The United States relies heavily on imports for its fresh produce needs, sourcing approximately 60% of its fresh fruit and 40% of its fresh vegetables from abroad. Mexico stands as a principal supplier in this sector, contributing significantly to the U.S. market. Recent discussions around the imposition of a 25% tariff on all goods imported from Mexico by the President-elect have raised concerns over potential price increases for a variety of grocery and produce items in the U.S. market.

Research from the University of California, Davis highlights Mexico's pivotal role, particularly as the top foreign provider of tomatoes, avocados, raspberries, bell peppers, and strawberries to the U.S. In 2021, Mexico accounted for 64% of the U.S. vegetable imports and 46% of fruit and nut imports.
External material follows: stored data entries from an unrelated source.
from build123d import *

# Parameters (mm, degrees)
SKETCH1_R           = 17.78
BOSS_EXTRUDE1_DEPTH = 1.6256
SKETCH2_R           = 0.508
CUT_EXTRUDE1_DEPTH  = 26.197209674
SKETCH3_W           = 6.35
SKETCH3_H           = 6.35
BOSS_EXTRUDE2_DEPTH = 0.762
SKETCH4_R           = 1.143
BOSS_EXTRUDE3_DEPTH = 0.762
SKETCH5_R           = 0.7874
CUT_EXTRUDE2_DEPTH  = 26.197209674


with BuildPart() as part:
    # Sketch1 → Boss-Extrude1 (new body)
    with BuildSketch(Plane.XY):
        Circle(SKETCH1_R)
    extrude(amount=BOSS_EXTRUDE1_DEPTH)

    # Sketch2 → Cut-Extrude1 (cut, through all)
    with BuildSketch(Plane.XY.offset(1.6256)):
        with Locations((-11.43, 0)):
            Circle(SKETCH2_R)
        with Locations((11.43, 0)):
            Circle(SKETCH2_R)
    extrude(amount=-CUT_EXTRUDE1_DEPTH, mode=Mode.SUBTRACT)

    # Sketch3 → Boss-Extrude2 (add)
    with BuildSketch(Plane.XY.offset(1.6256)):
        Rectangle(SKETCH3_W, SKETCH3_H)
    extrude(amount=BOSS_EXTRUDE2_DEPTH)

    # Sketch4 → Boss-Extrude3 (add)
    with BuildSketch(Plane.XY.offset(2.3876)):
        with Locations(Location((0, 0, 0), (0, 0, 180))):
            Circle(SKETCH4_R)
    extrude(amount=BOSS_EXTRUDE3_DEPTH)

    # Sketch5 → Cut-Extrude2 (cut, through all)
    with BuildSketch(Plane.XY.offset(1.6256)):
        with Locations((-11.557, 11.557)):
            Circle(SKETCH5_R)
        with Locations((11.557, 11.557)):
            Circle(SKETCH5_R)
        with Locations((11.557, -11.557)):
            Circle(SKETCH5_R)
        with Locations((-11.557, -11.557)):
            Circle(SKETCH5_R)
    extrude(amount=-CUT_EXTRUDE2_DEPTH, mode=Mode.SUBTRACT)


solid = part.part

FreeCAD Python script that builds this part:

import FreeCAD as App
import Part
import Sketcher
Q = App.Units.Quantity


def add_polygon(sketch, points):
    """Adds a closed chain of lines whose ends are joined by coincident constraints."""
    first, n = sketch.GeometryCount, len(points)
    for a, b in zip(points, points[1:] + points[:1]):
        sketch.addGeometry(Part.LineSegment(App.Vector(*a, 0), App.Vector(*b, 0)), False)
    for i in range(n):
        sketch.addConstraint(Sketcher.Constraint("Coincident", first + i, 2, first + (i + 1) % n, 1))

doc = App.newDocument("Part")
body = doc.addObject("PartDesign::Body", "Body")

# Sketch on XY plane
sketch1 = body.newObject("Sketcher::SketchObject", "Sketch")
sketch1.AttachmentSupport = (doc.getObject("XY_Plane"), [""])
sketch1.MapMode = "FlatFace"
sketch1.addGeometry(Part.Circle(App.Vector(0, 0, 0), App.Vector(0, 0, 1), 17.78), False)
sketch1.addConstraint([
    Sketcher.Constraint("Coincident", 0, 3, -1, 1),
    Sketcher.Constraint("Diameter", 0, Q("1.4 in")),
])
pad1 = body.newObject("PartDesign::Pad", "Pad")
pad1.Profile = sketch1
pad1.Length = Q("0.064 in")

# Sketch on XY plane
sketch2 = body.newObject("Sketcher::SketchObject", "Sketch001")
sketch2.AttachmentSupport = (doc.getObject("XY_Plane"), [""])
sketch2.MapMode = "FlatFace"
sketch2.AttachmentOffset = App.Placement(App.Vector(0, 0, 0.064 * 25.4), App.Rotation())
sketch2.addGeometry([
    Part.Circle(App.Vector(-11.43, 0, 0), App.Vector(0, 0, 1), 0.508),
    Part.Circle(App.Vector(11.43, 0, 0), App.Vector(0, 0, 1), 0.508),
], False)
sketch2.addConstraint([
    Sketcher.Constraint("Equal", 0, 1),
    Sketcher.Constraint("Symmetric", 0, 3, 1, 3, -1, 1),
    Sketcher.Constraint("PointOnObject", 0, 3, -1),
    Sketcher.Constraint("Diameter", 0, Q("0.04 in")),
    Sketcher.Constraint("DistanceX", 0, 3, 1, 3, Q("0.9 in")),
])
pocket1 = body.newObject("PartDesign::Pocket", "Pocket")
pocket1.Profile = sketch2
pocket1.Type = "ThroughAll"

# Sketch on XY plane
sketch3 = body.newObject("Sketcher::SketchObject", "Sketch002")
sketch3.AttachmentSupport = (doc.getObject("XY_Plane"), [""])
sketch3.MapMode = "FlatFace"
sketch3.AttachmentOffset = App.Placement(App.Vector(0, 0, 0.064 * 25.4), App.Rotation())
add_polygon(sketch3, [(-3.175, 3.175), (-3.175, -3.175), (3.175, -3.175), (3.175, 3.175)])  # lines 0-3
sketch3.addConstraint([
    Sketcher.Constraint("Vertical", 0),
    Sketcher.Constraint("Horizontal", 1),
    Sketcher.Constraint("Vertical", 2),
    Sketcher.Constraint("Horizontal", 3),
    Sketcher.Constraint("Symmetric", 0, 2, 2, 2, -1, 1),
    Sketcher.Constraint("Equal", 3, 0),
    Sketcher.Constraint("DistanceX", 1, 1, 1, 2, Q("0.25 in")),
])
pad2 = body.newObject("PartDesign::Pad", "Pad001")
pad2.Profile = sketch3
pad2.Length = Q("0.03 in")

# Sketch on XY plane
sketch4 = body.newObject("Sketcher::SketchObject", "Sketch003")
sketch4.AttachmentSupport = (doc.getObject("XY_Plane"), [""])
sketch4.MapMode = "FlatFace"
sketch4.AttachmentOffset = App.Placement(App.Vector(0, 0, 0.094 * 25.4), App.Rotation())
sketch4.addGeometry(Part.Circle(App.Vector(0, 0, 0), App.Vector(0, 0, 1), 1.143), False)
sketch4.addConstraint([
    Sketcher.Constraint("Coincident", 0, 3, -1, 1),
    Sketcher.Constraint("Diameter", 0, Q("0.09 in")),
])
pad3 = body.newObject("PartDesign::Pad", "Pad002")
pad3.Profile = sketch4
pad3.Length = Q("0.03 in")

# Sketch on XY plane
sketch5 = body.newObject("Sketcher::SketchObject", "Sketch004")
sketch5.AttachmentSupport = (doc.getObject("XY_Plane"), [""])
sketch5.MapMode = "FlatFace"
sketch5.AttachmentOffset = App.Placement(App.Vector(0, 0, 0.064 * 25.4), App.Rotation())
sketch5.addGeometry([
    Part.Circle(App.Vector(-11.557, 11.557, 0), App.Vector(0, 0, 1), 0.7874),
    Part.Circle(App.Vector(11.557, 11.557, 0), App.Vector(0, 0, 1), 0.7874),
    Part.Circle(App.Vector(11.557, -11.557, 0), App.Vector(0, 0, 1), 0.7874),
    Part.Circle(App.Vector(-11.557, -11.557, 0), App.Vector(0, 0, 1), 0.7874),
], False)
sketch5.addConstraint([
    Sketcher.Constraint("Equal", 0, 1),
    Sketcher.Constraint("Equal", 1, 2),
    Sketcher.Constraint("Equal", 2, 3),
    Sketcher.Constraint("Symmetric", 0, 3, 2, 3, -1, 1),
    Sketcher.Constraint("Symmetric", 1, 3, 3, 3, -1, 1),
    Sketcher.Constraint("Symmetric", 0, 3, 1, 3, -2),
    Sketcher.Constraint("Diameter", 0, Q("0.062 in")),
    Sketcher.Constraint("DistanceX", 0, 3, 1, 3, Q("0.91 in")),
    Sketcher.Constraint("DistanceY", 2, 3, 1, 3, Q("0.91 in")),
])
pocket2 = body.newObject("PartDesign::Pocket", "Pocket001")
pocket2.Profile = sketch5
pocket2.Type = "ThroughAll"

doc.recompute()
The period from 2000 to 2021 saw a fourfold increase in the value of Mexico's horticultural exports to the U.S., driven by factors such as lower labor costs and advantageous growing seasons that enable year-round production.

The proposed tariffs could also impact the beer market, with popular Mexican brands like Corona and Modelo, the latter being the top-selling beer in the U.S., potentially seeing price hikes. The growth of Mexico as a key source of food imports to the U.S. underscores the complex interdependencies in North American agricultural and food markets.